Saved entries
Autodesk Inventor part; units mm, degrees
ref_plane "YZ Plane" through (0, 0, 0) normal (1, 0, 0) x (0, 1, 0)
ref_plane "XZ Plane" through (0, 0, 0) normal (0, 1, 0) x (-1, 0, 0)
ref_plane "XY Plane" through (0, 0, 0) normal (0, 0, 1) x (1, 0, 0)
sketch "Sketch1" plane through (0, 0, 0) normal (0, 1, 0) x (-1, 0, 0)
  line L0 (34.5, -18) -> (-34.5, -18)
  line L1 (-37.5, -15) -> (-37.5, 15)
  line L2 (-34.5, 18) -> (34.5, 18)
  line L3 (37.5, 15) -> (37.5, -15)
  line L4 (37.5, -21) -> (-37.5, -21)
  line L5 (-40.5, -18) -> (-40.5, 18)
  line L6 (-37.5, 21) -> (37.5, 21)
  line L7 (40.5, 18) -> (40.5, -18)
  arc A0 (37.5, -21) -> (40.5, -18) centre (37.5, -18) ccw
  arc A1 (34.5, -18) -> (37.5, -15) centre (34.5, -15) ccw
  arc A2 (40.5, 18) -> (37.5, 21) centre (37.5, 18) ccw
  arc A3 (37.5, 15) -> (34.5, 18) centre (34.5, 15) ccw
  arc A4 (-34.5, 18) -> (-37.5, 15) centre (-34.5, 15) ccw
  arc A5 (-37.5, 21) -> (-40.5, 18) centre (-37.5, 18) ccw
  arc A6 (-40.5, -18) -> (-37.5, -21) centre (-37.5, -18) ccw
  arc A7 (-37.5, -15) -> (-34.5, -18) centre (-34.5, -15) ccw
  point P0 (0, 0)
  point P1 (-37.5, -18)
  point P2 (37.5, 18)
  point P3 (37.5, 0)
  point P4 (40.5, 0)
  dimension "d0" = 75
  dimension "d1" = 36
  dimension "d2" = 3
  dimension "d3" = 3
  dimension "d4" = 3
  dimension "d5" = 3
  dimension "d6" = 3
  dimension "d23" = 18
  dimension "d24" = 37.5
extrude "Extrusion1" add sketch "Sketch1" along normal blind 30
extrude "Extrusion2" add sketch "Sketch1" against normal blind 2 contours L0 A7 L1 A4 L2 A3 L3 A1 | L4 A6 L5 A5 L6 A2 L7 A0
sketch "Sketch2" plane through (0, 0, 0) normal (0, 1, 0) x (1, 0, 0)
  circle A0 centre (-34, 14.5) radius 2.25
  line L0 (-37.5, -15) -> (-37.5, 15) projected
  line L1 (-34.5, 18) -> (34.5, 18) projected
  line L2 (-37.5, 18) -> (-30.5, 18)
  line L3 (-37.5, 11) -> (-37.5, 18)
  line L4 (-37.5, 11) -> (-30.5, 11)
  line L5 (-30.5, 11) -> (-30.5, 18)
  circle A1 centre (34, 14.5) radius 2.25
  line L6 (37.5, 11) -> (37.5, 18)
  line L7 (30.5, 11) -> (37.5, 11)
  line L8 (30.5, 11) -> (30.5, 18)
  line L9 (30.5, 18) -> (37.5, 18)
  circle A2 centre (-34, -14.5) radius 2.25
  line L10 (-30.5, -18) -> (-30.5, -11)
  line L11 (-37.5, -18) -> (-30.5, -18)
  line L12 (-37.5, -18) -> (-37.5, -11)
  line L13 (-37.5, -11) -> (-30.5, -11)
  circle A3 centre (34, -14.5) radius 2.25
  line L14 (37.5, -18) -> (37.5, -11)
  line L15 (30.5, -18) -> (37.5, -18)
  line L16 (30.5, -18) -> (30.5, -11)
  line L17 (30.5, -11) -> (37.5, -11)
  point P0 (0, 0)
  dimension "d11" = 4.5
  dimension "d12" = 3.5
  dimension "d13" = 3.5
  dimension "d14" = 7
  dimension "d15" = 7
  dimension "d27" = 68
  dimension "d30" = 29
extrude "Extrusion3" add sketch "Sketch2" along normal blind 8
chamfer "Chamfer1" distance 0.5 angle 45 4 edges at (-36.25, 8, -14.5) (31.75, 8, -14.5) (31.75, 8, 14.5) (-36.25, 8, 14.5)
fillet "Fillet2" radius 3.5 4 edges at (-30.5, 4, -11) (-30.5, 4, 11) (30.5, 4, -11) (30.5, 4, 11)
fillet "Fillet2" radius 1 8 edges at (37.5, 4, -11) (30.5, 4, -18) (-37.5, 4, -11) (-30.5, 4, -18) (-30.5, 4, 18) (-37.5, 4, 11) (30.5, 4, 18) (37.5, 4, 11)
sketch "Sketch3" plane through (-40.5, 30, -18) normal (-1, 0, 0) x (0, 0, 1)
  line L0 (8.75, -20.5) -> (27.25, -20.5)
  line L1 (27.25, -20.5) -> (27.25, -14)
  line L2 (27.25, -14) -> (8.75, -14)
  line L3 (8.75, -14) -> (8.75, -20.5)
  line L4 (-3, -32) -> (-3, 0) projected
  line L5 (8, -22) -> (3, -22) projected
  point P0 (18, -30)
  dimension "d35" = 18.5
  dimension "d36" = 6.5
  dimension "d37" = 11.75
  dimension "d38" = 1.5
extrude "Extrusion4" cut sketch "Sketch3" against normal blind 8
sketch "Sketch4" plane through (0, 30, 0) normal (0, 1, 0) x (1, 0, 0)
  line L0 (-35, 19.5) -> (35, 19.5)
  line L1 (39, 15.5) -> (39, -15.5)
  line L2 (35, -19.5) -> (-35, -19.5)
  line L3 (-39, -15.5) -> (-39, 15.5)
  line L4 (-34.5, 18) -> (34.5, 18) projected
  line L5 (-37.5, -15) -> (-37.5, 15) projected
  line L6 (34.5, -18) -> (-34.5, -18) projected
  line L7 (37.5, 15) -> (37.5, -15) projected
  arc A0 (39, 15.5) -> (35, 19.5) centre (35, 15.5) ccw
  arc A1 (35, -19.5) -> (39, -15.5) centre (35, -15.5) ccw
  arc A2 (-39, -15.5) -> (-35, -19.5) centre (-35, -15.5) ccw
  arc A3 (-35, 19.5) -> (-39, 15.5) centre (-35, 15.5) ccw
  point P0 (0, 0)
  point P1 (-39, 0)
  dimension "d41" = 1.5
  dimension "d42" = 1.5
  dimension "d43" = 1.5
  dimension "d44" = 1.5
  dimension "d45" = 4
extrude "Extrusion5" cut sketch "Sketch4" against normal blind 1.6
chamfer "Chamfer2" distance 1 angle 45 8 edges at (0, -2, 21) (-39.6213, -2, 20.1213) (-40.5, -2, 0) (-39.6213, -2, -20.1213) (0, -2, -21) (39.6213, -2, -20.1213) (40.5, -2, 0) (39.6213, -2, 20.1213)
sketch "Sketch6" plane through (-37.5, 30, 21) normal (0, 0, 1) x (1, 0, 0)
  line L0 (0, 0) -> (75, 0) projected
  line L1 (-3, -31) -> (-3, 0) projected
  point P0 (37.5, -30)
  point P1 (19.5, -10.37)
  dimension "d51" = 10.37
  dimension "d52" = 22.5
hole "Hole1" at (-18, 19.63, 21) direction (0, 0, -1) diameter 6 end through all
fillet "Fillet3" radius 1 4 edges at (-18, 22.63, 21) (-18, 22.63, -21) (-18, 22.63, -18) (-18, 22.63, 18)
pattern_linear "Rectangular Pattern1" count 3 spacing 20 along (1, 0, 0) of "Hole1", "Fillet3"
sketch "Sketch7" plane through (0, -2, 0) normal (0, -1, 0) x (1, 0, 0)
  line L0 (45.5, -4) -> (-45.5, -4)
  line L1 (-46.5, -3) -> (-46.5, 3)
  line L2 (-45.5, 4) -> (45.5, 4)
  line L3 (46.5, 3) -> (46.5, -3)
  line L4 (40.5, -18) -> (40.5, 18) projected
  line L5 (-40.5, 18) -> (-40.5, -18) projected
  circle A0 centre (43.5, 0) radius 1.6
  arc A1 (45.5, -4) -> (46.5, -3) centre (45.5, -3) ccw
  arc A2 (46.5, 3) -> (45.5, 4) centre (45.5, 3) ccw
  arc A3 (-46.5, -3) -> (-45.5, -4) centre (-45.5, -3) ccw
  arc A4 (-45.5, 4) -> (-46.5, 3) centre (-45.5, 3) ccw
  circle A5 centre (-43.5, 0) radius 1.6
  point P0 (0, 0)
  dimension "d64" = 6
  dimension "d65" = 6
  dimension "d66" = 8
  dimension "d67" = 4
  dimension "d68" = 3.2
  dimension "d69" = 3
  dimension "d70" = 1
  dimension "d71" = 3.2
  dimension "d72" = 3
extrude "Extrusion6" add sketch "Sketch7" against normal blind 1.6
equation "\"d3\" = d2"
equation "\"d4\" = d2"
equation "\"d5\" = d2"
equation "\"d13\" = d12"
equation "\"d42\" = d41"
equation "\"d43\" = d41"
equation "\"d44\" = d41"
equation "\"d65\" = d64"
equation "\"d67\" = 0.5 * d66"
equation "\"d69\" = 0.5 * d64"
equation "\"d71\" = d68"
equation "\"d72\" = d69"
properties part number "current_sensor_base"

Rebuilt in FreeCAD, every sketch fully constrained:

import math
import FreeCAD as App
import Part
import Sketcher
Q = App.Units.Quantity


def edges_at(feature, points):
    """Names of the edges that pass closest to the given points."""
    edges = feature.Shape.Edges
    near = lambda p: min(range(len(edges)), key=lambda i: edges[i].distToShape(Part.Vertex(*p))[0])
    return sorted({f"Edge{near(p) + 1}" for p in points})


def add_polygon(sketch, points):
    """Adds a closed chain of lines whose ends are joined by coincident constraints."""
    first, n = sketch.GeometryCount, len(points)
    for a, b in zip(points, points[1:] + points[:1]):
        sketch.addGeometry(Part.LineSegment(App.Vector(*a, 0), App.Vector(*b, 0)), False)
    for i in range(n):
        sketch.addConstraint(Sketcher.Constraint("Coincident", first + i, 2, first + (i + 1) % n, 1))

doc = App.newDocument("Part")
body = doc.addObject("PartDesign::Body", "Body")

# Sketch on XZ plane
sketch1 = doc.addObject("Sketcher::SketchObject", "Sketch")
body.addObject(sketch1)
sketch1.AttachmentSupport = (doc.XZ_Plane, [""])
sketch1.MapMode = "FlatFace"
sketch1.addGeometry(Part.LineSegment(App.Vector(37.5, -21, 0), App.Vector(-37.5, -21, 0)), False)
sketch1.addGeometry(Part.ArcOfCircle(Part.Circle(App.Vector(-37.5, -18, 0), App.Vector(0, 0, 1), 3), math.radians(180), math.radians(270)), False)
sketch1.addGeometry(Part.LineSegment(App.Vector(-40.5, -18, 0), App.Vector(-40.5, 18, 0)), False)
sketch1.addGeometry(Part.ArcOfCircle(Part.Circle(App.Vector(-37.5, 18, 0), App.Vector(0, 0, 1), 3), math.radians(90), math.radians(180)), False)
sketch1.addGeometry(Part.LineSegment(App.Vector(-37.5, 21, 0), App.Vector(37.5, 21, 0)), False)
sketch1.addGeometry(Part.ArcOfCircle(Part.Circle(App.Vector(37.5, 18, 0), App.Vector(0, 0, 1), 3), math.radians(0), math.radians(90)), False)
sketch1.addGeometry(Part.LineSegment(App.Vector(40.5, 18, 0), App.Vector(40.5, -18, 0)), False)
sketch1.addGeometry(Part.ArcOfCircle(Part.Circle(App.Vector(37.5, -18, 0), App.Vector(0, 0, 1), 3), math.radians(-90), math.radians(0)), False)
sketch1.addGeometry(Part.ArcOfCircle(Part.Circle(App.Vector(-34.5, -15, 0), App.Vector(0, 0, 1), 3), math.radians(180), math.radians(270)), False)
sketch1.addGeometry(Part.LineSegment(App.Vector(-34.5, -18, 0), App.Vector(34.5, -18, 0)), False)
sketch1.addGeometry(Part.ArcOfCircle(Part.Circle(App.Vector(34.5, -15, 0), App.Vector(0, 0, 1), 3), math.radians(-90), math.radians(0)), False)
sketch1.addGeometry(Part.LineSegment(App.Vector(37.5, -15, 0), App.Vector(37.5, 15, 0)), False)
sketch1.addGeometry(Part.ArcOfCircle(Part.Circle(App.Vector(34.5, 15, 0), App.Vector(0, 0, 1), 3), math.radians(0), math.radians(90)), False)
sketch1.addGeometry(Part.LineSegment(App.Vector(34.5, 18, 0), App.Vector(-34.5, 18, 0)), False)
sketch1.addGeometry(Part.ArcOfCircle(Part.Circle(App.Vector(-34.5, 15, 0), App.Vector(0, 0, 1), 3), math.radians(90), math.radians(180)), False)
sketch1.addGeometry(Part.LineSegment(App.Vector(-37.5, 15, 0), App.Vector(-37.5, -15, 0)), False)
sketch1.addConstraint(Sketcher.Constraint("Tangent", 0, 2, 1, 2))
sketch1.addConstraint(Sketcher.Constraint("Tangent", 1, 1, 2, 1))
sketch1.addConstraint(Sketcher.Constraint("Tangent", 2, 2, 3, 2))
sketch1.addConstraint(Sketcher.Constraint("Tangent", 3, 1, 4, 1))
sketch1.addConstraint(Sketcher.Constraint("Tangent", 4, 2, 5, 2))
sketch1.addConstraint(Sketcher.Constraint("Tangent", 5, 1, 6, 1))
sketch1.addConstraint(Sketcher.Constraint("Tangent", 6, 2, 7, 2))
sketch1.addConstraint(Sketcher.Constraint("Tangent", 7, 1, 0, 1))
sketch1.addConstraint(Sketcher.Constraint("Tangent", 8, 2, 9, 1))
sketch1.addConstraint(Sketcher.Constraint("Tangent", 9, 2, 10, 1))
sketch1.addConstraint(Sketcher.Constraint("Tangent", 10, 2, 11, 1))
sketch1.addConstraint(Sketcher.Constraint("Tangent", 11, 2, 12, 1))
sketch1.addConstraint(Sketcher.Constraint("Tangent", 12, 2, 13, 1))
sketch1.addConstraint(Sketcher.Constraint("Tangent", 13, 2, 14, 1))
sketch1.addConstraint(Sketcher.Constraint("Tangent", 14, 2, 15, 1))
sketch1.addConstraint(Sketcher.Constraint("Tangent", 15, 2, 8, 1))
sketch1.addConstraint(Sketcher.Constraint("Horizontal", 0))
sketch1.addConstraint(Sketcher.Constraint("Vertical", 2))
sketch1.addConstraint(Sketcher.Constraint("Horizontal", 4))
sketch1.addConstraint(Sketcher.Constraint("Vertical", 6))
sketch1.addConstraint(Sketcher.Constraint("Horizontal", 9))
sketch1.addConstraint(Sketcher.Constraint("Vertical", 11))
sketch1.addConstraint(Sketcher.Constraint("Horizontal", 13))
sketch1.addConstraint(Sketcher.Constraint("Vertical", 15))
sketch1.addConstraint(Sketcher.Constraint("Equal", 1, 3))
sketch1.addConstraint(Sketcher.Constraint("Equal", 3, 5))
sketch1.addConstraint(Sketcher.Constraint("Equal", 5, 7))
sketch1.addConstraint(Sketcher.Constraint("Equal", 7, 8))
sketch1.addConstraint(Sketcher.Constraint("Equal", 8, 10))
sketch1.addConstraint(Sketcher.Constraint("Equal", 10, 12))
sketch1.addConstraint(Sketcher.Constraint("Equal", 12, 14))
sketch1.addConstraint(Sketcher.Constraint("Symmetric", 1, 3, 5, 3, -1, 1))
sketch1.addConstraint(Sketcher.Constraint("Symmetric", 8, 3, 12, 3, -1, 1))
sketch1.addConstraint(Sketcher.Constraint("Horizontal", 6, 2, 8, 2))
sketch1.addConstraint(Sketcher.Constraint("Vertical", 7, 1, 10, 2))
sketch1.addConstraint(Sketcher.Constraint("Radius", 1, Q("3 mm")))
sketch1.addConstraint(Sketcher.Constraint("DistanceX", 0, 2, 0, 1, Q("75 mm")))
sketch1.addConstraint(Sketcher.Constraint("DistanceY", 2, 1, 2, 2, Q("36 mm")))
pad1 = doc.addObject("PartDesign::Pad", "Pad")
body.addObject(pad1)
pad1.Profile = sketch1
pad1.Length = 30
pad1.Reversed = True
---
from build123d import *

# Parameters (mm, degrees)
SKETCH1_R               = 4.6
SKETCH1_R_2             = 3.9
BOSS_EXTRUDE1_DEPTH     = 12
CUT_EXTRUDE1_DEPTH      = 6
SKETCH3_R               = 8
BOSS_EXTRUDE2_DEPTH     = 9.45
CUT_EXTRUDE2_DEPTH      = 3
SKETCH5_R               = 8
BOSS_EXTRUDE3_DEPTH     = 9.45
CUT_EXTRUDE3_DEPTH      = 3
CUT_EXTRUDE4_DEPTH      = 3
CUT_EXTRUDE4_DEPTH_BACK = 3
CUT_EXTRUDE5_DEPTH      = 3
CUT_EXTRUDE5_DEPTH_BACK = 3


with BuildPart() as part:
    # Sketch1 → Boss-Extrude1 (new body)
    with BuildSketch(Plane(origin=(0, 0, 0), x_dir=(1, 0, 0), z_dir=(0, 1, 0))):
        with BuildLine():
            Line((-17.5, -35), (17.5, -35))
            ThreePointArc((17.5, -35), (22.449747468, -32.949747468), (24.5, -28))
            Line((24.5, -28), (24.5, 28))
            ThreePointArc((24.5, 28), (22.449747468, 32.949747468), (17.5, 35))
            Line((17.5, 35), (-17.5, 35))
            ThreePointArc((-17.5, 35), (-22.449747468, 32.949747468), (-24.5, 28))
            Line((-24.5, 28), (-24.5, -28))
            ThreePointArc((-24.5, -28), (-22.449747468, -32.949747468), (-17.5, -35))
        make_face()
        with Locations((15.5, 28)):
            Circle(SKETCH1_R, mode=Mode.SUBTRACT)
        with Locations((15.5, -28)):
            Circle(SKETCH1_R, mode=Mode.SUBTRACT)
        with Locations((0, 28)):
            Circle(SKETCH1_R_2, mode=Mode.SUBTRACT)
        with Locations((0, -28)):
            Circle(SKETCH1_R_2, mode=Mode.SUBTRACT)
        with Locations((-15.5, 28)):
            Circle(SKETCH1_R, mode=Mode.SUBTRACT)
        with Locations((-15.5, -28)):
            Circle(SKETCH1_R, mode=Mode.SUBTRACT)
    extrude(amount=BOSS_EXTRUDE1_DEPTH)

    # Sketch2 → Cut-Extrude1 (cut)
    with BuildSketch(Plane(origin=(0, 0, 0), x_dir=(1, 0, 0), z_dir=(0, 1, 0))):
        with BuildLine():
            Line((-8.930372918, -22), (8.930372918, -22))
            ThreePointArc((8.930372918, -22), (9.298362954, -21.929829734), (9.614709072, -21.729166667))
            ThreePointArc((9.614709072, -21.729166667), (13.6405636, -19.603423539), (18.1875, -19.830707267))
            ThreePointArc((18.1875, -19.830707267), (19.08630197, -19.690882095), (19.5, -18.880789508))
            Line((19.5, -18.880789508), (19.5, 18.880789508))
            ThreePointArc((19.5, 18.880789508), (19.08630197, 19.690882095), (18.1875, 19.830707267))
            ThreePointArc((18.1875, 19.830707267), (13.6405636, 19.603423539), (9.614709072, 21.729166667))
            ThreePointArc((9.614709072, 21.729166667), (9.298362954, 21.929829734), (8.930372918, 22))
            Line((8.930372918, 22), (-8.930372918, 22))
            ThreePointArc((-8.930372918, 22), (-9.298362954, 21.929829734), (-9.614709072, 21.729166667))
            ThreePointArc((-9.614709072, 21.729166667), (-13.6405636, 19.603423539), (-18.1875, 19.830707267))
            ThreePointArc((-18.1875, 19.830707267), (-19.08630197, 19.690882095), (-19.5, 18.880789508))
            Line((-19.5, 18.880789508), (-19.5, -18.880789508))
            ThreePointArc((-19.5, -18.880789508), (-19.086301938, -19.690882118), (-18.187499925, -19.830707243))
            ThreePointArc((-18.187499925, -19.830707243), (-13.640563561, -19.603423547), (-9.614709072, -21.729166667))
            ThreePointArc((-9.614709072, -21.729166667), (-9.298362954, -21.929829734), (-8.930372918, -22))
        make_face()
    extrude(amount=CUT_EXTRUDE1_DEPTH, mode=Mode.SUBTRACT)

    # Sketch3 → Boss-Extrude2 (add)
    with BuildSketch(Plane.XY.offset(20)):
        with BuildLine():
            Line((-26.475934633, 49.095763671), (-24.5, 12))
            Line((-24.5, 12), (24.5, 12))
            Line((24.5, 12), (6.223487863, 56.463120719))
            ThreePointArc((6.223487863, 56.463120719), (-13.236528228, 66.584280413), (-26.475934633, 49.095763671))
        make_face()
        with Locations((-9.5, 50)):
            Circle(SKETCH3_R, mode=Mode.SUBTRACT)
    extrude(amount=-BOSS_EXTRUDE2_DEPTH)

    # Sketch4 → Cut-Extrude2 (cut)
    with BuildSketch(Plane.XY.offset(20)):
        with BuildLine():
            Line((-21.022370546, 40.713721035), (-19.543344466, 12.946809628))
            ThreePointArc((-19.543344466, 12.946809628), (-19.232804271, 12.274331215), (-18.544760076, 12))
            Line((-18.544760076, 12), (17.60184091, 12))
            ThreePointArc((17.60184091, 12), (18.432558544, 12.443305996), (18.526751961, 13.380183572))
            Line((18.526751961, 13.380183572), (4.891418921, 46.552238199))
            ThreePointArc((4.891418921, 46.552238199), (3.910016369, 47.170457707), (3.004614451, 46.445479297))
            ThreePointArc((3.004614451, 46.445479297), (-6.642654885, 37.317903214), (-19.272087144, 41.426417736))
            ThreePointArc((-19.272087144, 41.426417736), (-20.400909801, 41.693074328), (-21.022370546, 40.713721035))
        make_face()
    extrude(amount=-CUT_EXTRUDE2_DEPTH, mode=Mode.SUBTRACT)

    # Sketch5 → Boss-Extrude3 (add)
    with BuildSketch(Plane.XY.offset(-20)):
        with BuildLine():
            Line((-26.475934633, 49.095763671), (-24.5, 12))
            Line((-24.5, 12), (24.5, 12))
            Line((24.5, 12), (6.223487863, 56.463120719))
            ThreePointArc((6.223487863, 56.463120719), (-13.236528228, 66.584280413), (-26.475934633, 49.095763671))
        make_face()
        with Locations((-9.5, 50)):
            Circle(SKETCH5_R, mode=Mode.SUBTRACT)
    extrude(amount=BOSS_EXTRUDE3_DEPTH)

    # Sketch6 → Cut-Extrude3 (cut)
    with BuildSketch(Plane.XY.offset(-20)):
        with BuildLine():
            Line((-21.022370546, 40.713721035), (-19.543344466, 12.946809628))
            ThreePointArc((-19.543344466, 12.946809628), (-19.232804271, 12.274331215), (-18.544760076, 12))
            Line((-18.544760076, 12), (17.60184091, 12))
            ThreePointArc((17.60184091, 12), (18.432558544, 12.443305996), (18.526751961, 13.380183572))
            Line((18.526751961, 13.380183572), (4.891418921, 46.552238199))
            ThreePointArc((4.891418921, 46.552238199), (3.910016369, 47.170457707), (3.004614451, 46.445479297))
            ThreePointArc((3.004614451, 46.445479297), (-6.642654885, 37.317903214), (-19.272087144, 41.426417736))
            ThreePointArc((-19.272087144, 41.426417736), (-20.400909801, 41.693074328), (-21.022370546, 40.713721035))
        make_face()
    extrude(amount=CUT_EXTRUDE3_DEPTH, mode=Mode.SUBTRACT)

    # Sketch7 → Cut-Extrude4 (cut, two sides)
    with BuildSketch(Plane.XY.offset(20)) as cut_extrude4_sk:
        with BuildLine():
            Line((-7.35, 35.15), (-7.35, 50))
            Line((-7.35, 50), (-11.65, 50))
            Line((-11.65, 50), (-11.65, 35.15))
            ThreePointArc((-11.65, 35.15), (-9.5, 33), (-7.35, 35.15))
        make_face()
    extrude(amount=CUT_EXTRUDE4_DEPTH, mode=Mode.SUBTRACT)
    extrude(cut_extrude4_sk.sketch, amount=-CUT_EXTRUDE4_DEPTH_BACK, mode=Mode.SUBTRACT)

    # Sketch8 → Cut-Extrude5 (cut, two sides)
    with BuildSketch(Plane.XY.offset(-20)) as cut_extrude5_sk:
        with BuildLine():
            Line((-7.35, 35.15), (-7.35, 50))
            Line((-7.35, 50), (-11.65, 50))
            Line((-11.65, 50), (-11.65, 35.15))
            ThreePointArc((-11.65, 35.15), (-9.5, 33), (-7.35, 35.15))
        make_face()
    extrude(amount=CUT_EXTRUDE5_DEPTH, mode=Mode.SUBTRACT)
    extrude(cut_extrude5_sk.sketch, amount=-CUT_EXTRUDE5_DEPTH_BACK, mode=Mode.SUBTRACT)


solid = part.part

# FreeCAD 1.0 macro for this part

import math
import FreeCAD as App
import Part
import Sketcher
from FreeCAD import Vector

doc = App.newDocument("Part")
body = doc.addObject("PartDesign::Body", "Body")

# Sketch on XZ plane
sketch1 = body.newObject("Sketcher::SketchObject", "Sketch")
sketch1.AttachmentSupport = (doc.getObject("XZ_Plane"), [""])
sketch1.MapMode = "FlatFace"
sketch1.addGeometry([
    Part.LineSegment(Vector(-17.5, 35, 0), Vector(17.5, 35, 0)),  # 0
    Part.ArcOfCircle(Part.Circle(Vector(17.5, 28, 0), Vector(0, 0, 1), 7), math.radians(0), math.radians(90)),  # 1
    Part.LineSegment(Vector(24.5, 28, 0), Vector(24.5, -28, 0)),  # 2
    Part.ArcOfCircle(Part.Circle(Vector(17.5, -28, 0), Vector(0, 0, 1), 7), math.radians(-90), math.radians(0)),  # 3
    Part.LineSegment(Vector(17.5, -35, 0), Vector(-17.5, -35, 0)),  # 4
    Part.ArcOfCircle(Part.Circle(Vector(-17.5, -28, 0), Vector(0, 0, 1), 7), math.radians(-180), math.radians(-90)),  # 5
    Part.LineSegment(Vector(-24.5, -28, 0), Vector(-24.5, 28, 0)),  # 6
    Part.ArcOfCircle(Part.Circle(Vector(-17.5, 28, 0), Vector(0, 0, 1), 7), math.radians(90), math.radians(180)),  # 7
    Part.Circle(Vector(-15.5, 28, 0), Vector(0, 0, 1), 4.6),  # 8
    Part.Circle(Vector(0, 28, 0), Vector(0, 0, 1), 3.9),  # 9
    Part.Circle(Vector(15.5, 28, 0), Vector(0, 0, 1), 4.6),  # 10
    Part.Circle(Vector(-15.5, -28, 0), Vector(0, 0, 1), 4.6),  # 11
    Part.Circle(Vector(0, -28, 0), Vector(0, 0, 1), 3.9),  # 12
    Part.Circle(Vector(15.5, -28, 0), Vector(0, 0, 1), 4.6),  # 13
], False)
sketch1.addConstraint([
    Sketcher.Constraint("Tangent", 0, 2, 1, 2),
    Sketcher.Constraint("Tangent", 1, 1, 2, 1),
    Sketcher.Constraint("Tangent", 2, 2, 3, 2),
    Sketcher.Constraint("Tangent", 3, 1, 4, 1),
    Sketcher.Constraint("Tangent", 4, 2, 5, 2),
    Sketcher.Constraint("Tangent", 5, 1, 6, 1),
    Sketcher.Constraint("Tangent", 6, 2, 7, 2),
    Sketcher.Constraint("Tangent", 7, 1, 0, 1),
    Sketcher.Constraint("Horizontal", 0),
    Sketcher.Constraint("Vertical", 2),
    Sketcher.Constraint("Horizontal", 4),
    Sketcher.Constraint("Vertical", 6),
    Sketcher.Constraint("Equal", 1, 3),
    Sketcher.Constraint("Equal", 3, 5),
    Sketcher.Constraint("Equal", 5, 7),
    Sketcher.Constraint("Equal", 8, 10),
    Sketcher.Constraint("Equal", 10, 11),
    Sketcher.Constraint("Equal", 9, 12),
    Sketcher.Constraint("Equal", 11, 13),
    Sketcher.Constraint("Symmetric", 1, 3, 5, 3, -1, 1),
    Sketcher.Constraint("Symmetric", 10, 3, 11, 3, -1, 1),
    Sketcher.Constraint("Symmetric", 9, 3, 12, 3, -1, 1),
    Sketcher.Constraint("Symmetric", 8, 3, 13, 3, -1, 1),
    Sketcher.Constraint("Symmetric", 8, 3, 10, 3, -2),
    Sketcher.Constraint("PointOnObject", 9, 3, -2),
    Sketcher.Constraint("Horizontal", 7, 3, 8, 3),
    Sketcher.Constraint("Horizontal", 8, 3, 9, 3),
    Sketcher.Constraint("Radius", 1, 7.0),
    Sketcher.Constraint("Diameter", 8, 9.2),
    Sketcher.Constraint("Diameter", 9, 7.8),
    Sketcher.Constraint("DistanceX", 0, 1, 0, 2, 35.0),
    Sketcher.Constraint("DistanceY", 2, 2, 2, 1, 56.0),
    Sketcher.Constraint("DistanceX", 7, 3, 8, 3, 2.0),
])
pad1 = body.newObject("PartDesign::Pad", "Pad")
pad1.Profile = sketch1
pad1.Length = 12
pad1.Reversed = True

Exercise
Only the lines above starting at the one containing "Autodesk Inventor part; units mm, degrees" and ending at the one containing "normal blind 30", both included, are to be returned, exactly as they read.

Exercise result
Autodesk Inventor part; units mm, degrees
ref_plane "YZ Plane" through (0, 0, 0) normal (1, 0, 0) x (0, 1, 0)
ref_plane "XZ Plane" through (0, 0, 0) normal (0, 1, 0) x (-1, 0, 0)
ref_plane "XY Plane" through (0, 0, 0) normal (0, 0, 1) x (1, 0, 0)
sketch "Sketch1" plane through (0, 0, 0) normal (0, 1, 0) x (-1, 0, 0)
  line L0 (34.5, -18) -> (-34.5, -18)
  line L1 (-37.5, -15) -> (-37.5, 15)
  line L2 (-34.5, 18) -> (34.5, 18)
  line L3 (37.5, 15) -> (37.5, -15)
  line L4 (37.5, -21) -> (-37.5, -21)
  line L5 (-40.5, -18) -> (-40.5, 18)
  line L6 (-37.5, 21) -> (37.5, 21)
  line L7 (40.5, 18) -> (40.5, -18)
  arc A0 (37.5, -21) -> (40.5, -18) centre (37.5, -18) ccw
  arc A1 (34.5, -18) -> (37.5, -15) centre (34.5, -15) ccw
  arc A2 (40.5, 18) -> (37.5, 21) centre (37.5, 18) ccw
  arc A3 (37.5, 15) -> (34.5, 18) centre (34.5, 15) ccw
  arc A4 (-34.5, 18) -> (-37.5, 15) centre (-34.5, 15) ccw
  arc A5 (-37.5, 21) -> (-40.5, 18) centre (-37.5, 18) ccw
  arc A6 (-40.5, -18) -> (-37.5, -21) centre (-37.5, -18) ccw
  arc A7 (-37.5, -15) -> (-34.5, -18) centre (-34.5, -15) ccw
  point P0 (0, 0)
  point P1 (-37.5, -18)
  point P2 (37.5, 18)
  point P3 (37.5, 0)
  point P4 (40.5, 0)
  dimension "d0" = 75
  dimension "d1" = 36
  dimension "d2" = 3
  dimension "d3" = 3
  dimension "d4" = 3
  dimension "d5" = 3
  dimension "d6" = 3
  dimension "d23" = 18
  dimension "d24" = 37.5
extrude "Extrusion1" add sketch "Sketch1" along normal blind 30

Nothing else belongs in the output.